**REQUIRED ACTION**
The expected output is exactly the lines below, starting at the line with "#193=ORIENTED_EDGE('',*,*,#175,.T.);" and ending at the line with "#201=ORIENTED_EDGE('',*,*,#50,.F.);", both included; no other line belongs in it.

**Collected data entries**
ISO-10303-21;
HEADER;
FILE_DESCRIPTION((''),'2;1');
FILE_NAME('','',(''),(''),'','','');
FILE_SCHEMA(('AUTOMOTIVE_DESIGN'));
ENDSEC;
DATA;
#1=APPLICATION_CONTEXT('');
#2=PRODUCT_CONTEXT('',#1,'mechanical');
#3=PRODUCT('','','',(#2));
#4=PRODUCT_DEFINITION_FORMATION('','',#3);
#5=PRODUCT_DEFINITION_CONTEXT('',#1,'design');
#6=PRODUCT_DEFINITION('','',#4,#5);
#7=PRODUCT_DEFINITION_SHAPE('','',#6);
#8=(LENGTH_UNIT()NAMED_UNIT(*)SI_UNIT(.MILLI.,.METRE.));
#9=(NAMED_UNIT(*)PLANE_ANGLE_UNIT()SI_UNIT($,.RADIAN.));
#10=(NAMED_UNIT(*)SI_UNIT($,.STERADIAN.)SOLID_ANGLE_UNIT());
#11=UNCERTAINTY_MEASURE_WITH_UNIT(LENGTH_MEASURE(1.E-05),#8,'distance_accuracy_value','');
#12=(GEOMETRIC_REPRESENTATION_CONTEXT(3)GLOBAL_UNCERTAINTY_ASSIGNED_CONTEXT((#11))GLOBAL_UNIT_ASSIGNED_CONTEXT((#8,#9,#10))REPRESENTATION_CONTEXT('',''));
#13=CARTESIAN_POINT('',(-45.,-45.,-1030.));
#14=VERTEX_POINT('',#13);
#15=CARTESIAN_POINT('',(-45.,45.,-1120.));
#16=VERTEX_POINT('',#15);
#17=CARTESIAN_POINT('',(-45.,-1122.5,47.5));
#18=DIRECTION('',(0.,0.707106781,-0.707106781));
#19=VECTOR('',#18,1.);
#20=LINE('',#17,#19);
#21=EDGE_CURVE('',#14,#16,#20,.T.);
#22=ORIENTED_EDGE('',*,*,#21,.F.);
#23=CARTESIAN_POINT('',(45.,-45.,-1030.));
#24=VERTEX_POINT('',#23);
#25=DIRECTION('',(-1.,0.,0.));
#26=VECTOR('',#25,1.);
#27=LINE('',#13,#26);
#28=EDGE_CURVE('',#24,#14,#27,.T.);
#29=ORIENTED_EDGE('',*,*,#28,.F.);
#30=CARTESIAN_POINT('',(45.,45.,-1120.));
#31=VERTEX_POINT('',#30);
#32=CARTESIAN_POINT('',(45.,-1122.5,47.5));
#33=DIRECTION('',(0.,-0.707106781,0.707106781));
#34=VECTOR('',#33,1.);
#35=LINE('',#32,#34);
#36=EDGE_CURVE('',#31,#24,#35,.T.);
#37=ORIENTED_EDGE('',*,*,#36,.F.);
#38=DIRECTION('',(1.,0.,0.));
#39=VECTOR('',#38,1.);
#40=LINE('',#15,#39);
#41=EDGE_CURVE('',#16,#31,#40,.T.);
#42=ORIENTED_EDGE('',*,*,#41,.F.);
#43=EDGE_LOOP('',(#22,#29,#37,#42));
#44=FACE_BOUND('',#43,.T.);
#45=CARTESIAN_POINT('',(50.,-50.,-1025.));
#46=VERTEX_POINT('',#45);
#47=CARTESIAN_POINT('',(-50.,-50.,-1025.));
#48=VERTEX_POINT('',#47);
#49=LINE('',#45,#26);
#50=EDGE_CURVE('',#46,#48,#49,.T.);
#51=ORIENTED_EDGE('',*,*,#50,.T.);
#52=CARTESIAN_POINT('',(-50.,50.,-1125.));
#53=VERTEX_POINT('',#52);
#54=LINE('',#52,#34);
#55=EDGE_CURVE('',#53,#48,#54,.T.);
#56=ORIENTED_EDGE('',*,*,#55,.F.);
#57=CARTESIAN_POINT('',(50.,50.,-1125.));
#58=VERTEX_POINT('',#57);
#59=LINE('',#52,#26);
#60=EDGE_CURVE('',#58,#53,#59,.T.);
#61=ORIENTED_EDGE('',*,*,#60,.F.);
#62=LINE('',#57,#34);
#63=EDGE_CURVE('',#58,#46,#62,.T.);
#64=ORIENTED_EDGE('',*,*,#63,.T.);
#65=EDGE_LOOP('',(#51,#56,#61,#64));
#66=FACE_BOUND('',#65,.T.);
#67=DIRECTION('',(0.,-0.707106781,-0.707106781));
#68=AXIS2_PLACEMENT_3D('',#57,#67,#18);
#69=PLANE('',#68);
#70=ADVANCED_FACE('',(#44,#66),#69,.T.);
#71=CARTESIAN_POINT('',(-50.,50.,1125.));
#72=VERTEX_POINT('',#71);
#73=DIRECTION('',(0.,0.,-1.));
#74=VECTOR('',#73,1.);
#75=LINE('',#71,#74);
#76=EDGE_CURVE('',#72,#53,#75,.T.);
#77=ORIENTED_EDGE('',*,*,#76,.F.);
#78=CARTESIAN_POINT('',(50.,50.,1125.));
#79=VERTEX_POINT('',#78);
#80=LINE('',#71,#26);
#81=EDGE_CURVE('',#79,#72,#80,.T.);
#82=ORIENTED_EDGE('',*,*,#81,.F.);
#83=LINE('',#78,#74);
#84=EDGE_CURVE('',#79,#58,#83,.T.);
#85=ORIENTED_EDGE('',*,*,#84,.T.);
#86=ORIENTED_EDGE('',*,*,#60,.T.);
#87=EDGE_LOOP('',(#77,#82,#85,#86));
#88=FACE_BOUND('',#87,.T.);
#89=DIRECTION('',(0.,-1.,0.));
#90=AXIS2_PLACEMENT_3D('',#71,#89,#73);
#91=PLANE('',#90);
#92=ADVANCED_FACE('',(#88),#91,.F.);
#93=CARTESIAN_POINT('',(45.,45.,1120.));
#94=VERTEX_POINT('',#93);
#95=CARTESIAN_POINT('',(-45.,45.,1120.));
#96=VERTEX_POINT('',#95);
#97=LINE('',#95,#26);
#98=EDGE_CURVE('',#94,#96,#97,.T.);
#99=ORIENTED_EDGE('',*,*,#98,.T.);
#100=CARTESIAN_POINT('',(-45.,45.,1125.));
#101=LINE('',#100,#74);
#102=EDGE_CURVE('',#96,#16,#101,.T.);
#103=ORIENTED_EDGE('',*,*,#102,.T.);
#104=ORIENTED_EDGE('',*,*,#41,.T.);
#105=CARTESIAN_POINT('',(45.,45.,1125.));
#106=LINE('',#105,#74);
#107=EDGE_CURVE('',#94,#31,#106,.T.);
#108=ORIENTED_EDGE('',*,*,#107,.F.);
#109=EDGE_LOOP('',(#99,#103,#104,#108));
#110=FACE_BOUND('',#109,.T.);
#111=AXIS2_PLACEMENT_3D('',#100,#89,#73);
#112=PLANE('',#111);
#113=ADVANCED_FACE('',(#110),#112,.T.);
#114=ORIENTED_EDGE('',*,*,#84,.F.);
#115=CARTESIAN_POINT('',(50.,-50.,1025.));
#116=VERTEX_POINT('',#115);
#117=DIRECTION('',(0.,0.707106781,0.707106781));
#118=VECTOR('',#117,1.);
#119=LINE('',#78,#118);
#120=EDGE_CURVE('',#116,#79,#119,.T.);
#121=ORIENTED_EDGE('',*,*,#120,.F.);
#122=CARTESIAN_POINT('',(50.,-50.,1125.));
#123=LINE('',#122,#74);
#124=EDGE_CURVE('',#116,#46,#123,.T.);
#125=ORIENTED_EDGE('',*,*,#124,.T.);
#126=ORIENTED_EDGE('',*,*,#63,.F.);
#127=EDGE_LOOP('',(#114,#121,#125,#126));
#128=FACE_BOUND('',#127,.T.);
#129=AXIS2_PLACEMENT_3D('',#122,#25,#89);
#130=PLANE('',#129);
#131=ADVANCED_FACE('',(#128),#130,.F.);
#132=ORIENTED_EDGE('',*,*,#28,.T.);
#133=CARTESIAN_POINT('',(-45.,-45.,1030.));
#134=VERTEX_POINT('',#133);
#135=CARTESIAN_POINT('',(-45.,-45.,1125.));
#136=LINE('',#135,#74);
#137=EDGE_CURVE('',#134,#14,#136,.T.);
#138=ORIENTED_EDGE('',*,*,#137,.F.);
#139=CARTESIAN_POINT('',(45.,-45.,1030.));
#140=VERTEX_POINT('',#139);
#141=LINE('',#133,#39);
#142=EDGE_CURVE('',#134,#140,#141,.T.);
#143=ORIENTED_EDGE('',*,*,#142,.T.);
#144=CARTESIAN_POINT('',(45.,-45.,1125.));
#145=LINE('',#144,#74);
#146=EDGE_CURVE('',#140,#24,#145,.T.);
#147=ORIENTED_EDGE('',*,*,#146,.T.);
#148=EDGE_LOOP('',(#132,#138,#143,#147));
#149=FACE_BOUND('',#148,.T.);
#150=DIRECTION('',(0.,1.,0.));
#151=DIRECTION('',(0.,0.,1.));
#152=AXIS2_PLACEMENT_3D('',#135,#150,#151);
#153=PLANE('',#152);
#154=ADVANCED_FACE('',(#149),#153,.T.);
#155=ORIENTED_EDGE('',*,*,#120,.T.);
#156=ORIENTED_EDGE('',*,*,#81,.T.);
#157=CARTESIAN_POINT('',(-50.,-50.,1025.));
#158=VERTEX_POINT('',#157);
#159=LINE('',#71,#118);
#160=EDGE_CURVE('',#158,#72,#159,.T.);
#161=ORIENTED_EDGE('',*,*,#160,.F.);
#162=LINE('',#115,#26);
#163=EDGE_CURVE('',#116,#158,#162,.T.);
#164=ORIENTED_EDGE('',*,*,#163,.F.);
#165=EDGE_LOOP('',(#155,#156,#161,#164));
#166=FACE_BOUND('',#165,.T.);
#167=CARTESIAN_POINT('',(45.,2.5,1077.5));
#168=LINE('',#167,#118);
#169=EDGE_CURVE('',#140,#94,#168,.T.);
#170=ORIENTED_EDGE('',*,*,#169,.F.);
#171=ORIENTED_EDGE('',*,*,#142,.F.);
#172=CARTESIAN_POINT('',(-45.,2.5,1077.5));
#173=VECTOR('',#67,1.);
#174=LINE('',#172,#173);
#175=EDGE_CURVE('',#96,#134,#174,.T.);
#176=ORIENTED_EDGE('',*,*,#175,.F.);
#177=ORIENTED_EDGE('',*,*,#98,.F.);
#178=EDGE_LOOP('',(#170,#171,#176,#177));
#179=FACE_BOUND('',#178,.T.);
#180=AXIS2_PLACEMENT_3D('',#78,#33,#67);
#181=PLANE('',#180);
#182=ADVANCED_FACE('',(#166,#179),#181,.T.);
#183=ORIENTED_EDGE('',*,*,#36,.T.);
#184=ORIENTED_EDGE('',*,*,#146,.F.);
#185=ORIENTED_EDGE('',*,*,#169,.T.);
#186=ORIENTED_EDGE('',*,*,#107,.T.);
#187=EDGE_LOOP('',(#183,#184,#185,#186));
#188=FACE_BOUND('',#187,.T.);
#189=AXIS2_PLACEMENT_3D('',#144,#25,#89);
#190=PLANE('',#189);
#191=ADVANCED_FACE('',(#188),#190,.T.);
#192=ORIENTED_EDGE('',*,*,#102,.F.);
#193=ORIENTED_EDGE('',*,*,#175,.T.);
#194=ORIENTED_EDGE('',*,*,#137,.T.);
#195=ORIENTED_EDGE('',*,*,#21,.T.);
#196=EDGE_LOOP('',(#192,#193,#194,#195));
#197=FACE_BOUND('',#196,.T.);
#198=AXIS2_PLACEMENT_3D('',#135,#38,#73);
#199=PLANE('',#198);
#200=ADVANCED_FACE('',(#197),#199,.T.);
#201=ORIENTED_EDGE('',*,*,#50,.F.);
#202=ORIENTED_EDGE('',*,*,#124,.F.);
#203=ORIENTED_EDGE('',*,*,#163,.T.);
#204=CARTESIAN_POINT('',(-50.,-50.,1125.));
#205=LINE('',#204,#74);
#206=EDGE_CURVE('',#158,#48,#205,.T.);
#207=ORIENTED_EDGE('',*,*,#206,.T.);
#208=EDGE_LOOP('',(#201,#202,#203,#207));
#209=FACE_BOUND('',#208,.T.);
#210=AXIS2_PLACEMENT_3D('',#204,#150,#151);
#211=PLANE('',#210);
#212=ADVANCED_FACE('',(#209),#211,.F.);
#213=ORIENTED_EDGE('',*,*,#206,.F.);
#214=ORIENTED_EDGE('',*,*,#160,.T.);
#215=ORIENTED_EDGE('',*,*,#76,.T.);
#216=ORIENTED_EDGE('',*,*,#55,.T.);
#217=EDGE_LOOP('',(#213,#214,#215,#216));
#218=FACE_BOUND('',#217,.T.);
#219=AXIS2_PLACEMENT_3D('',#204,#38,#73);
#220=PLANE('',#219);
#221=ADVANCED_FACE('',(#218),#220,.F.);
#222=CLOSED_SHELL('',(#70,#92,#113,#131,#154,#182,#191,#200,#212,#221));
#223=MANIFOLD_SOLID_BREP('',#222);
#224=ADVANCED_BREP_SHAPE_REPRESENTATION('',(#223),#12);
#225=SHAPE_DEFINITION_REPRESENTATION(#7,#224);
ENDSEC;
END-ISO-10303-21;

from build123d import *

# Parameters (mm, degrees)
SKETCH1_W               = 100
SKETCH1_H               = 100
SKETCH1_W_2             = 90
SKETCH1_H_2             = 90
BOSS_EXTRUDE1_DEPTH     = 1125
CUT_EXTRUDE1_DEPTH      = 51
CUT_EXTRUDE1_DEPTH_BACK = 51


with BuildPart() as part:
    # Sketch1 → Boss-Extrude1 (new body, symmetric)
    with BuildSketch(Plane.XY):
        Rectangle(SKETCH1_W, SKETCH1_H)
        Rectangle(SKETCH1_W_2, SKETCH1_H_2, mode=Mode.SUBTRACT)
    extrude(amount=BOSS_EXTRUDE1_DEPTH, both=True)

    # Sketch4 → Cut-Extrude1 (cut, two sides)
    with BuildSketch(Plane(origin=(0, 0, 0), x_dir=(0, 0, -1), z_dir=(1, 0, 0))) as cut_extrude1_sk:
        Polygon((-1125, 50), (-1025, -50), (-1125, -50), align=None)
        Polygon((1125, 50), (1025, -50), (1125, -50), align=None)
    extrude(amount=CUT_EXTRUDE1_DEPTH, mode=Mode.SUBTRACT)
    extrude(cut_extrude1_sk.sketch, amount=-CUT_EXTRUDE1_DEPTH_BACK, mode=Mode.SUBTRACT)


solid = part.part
* * *
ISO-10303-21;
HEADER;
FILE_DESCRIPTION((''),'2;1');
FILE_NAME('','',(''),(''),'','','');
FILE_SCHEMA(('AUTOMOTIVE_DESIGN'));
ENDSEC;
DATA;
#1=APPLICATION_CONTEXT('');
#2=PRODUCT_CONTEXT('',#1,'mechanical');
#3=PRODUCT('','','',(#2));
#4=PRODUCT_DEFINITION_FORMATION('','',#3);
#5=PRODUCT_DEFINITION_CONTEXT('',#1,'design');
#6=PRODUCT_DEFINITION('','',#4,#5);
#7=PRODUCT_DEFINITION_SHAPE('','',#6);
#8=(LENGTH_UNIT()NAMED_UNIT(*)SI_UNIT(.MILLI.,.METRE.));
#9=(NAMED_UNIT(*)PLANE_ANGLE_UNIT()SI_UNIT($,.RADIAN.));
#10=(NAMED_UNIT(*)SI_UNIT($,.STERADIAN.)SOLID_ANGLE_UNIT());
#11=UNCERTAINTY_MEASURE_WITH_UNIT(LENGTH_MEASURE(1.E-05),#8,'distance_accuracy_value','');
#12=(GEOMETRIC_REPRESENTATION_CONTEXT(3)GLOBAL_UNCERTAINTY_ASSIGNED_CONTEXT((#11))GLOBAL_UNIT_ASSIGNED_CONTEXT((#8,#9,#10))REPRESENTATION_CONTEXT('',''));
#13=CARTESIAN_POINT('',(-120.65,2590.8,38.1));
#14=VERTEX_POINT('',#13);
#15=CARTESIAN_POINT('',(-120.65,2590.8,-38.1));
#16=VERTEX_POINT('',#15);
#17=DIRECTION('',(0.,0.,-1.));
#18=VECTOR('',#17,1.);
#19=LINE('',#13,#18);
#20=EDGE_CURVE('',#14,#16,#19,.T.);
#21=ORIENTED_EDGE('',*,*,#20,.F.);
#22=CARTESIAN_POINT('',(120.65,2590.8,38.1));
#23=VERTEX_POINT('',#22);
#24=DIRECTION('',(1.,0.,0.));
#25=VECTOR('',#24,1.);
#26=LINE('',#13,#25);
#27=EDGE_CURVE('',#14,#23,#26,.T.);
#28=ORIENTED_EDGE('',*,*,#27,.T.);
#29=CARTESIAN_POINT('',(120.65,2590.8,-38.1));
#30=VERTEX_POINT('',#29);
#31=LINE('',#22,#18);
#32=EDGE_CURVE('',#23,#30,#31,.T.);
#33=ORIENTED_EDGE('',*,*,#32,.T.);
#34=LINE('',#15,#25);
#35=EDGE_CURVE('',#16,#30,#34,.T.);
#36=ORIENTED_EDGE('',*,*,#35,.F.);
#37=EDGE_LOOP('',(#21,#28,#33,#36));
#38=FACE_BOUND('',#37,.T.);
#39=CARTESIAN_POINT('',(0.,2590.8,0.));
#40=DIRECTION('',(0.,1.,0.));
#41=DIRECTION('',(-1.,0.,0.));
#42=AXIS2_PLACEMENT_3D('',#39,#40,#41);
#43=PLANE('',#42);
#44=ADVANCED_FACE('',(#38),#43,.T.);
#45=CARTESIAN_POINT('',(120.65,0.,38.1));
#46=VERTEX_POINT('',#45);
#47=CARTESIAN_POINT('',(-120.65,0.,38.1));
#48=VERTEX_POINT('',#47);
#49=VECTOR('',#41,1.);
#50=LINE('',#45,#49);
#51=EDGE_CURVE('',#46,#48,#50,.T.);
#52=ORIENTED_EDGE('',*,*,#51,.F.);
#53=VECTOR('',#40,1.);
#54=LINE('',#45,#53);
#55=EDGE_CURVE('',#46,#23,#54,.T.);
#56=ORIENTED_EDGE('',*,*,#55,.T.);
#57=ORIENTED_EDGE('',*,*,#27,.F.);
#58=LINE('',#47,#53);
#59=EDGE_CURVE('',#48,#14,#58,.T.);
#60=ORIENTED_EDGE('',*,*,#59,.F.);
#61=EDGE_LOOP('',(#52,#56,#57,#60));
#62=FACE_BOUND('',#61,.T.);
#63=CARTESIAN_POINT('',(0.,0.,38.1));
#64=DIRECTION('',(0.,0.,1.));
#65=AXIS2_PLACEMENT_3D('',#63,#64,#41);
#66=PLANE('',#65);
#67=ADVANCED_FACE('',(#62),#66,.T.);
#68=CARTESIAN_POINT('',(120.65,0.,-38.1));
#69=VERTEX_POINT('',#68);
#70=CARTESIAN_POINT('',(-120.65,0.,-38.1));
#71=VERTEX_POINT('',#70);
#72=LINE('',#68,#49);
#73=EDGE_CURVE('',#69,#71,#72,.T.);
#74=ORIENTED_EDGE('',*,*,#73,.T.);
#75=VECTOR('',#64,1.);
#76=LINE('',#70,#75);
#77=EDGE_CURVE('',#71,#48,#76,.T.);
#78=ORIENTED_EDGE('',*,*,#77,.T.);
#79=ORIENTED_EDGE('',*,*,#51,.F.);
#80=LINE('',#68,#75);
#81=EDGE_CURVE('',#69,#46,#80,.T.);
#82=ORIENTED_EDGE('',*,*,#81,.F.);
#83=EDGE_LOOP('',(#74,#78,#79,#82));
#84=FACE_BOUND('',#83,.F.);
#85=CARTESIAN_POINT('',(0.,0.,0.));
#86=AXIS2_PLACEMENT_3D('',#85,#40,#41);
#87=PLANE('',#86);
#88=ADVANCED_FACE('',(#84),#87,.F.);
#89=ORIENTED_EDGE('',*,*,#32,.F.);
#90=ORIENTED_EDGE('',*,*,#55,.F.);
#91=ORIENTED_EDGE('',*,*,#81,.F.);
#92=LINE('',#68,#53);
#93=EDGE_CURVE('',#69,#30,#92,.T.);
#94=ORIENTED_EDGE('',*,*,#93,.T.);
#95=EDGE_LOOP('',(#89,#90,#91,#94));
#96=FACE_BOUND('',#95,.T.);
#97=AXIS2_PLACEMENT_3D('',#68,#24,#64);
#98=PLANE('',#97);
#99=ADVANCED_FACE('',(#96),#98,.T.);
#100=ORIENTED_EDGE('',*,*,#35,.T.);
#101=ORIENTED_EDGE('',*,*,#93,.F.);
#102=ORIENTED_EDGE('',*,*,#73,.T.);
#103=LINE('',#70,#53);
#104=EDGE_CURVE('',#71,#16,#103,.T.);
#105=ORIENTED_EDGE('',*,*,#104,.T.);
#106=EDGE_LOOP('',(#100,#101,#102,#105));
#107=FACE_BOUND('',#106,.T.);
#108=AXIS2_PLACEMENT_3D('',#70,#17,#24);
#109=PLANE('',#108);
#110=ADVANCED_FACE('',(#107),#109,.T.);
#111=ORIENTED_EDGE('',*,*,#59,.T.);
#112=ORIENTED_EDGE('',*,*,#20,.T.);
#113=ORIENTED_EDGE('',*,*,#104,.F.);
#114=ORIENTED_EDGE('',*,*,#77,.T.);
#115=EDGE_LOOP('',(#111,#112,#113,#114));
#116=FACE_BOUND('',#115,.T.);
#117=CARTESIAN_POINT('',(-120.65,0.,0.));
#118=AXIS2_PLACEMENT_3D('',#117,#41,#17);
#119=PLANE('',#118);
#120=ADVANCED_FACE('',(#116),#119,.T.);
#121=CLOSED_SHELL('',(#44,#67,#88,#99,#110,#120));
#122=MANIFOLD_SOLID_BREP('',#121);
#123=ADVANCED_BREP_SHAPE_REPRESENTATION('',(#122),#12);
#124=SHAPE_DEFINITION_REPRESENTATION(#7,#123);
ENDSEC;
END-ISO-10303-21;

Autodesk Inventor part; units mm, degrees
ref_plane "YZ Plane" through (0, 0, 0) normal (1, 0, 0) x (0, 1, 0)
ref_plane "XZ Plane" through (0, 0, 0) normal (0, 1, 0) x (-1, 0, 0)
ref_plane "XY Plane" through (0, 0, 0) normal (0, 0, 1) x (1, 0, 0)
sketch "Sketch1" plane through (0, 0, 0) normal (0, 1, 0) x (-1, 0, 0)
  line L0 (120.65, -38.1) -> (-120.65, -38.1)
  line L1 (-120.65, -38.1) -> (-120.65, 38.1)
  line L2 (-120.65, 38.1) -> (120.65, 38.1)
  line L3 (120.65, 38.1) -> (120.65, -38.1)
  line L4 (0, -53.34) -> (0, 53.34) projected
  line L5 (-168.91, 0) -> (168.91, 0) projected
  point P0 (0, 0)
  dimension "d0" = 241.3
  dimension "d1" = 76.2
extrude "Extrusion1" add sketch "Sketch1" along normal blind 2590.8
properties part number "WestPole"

**EXERCISE SOLUTION**
#193=ORIENTED_EDGE('',*,*,#175,.T.);
#194=ORIENTED_EDGE('',*,*,#137,.T.);
#195=ORIENTED_EDGE('',*,*,#21,.T.);
#196=EDGE_LOOP('',(#192,#193,#194,#195));
#197=FACE_BOUND('',#196,.T.);
#198=AXIS2_PLACEMENT_3D('',#135,#38,#73);
#199=PLANE('',#198);
#200=ADVANCED_FACE('',(#197),#199,.T.);
#201=ORIENTED_EDGE('',*,*,#50,.F.);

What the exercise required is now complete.